Andar por esos rumbos me llevó de regreso a la infancia y al recuerdo de las incontables excursiones que emprendí al centro con mi madre, para comprar desde una tela para confeccionarme el mandil del uniforme, hasta un par de medias para ella. El café recién molido, la grenetina y saborizantes para una gelatina, los útiles escolares y hasta la goma verde para mandarnos bien alisaditos al colegio, todo se compraba en el centro y, desde luego, ya andando por esos fueros, mi piadosa mamá aprovechaba la oportunidad de echarse una misa rápida o una confesión exprés en el templo de la Merced, en donde los padrecitos tenían la fama de atender hasta tres penitentes a la vez.
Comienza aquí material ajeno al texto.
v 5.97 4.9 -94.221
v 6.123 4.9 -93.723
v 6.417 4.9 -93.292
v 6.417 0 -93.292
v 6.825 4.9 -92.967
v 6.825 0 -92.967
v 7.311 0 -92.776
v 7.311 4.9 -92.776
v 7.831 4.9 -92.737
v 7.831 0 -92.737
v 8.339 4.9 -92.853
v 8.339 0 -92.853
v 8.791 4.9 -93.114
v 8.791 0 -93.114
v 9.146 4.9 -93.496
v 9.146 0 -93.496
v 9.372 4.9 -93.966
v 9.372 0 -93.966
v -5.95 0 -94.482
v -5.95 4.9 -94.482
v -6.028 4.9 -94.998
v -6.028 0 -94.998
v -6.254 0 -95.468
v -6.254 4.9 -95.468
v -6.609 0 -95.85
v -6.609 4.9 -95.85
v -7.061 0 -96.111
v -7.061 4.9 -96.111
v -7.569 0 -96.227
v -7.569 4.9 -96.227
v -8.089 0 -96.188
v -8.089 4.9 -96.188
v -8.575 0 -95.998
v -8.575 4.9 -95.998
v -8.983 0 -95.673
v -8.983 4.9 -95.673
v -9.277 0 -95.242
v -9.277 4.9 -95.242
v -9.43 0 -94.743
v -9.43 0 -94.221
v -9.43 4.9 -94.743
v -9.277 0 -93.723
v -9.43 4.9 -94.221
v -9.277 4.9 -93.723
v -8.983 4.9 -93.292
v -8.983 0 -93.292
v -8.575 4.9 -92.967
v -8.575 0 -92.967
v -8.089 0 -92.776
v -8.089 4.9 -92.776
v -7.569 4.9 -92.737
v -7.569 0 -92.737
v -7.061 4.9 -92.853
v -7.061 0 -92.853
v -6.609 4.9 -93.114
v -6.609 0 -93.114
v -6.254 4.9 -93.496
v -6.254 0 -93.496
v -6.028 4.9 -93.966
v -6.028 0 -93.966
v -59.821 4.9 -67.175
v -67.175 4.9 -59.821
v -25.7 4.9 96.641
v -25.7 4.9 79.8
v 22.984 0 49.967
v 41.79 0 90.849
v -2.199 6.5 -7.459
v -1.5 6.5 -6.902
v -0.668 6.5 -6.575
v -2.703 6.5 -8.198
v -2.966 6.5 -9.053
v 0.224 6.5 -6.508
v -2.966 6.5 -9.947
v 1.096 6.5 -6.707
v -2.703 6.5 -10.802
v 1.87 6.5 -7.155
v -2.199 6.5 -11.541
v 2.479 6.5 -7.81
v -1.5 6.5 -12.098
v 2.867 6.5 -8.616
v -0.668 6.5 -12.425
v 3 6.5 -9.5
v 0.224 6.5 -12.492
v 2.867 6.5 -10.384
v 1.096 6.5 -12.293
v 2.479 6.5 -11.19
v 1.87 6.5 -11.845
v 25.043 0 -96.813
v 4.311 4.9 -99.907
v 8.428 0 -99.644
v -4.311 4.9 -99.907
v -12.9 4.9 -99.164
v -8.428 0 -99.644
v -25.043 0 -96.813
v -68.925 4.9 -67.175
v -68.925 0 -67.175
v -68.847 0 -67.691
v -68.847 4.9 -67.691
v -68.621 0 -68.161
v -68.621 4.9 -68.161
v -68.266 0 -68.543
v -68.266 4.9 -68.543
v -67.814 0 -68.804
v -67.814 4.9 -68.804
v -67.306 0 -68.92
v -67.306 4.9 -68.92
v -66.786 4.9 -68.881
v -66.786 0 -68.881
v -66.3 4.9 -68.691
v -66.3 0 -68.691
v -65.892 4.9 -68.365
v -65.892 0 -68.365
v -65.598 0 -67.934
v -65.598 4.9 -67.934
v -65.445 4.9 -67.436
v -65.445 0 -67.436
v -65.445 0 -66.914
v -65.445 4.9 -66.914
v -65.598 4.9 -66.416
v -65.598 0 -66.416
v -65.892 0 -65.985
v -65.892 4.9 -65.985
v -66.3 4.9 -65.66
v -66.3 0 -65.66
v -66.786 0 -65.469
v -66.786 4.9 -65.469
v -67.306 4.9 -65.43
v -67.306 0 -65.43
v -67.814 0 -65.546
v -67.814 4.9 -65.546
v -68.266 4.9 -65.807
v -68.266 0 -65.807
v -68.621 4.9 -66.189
Así que en cuanto traspuse el umbral del sacro recinto, no sin antes prospectar la de guayabas, guasanas y muéganos enmielados que me compraría a la salida, el solo aroma del sitio me trajo de regreso las imágenes de las viejitas rezanderas que entonaban cantos litúrgicos a decibeles obscenos y que, para mi sorpresa, siguen ahí, con sus mismas medias de popotillo, su mandil de cuadritos, su rebozo de bolita, su sonoro tiple intacto y sus mismas pifias prosódicas que, hasta ahora que ya casi paso a ser su coetánea, caigo a la cuenta de las distorsiones verbales que cometían y en las que muchos incurrimos cuando aprendimos el castellano de oídas, sin reparar en el significado de lo que cantábamos en honor a Dios.

No solté la risa descarada, pero ganas no me faltaron, cuando escuché a la anciana que con voz estridente y mucho fervor entonaba “ya se cose el huevo, ya se cose el huevo…”, en lugar del “y acercóse luego” que contiene la compleja sintaxis de una estrofa del himno guadalupano. No me extrañó que, por el mismo fenómeno de la complicación gramatical, el general Masiosare se hubiera convertido en el más conocido de los extraños enemigos, ni que yo misma recitara como perico que había que dar 10 mosiprimicias a la iglesia de Dios amén, o que completara la jaculatoria de “Mi corazón en amarte eternamente se ocupe”, con un sacrílego “y mi lengua en alabarte me arde me arde Guadalupe”.

Pero no fui la única porque, en su propia infancia, mi madre entonaba “Quién es esa estrella que al oso medía”, en honor a la virgencita que, en lugar de guiar a los hombres, se ocupaba de cuantificar el volumen de un plantígrado. Y luego mi sobrino, quien con aquel candor melódico cantaba el villancico de los pastores a Belén, acotando “qué güeva han de traer”, porque nadie le aclaró que debía cambiar la letra g, por una n.

La lista sería interminable y cada familia podría elaborar su propio catálogo de términos sustituidos por barbaridades que malentendemos, pero nunca nos preocupamos por averiguar. De modo que ahora tampoco debí espantarme cuando  constaté que todos mis alumnos universitarios aprendieron y han entonado el Himno Nacional cientos de veces, pero ninguno me supo dar razón de qué es lo que aprestarán cuando les pidan que alisten el “bridón”.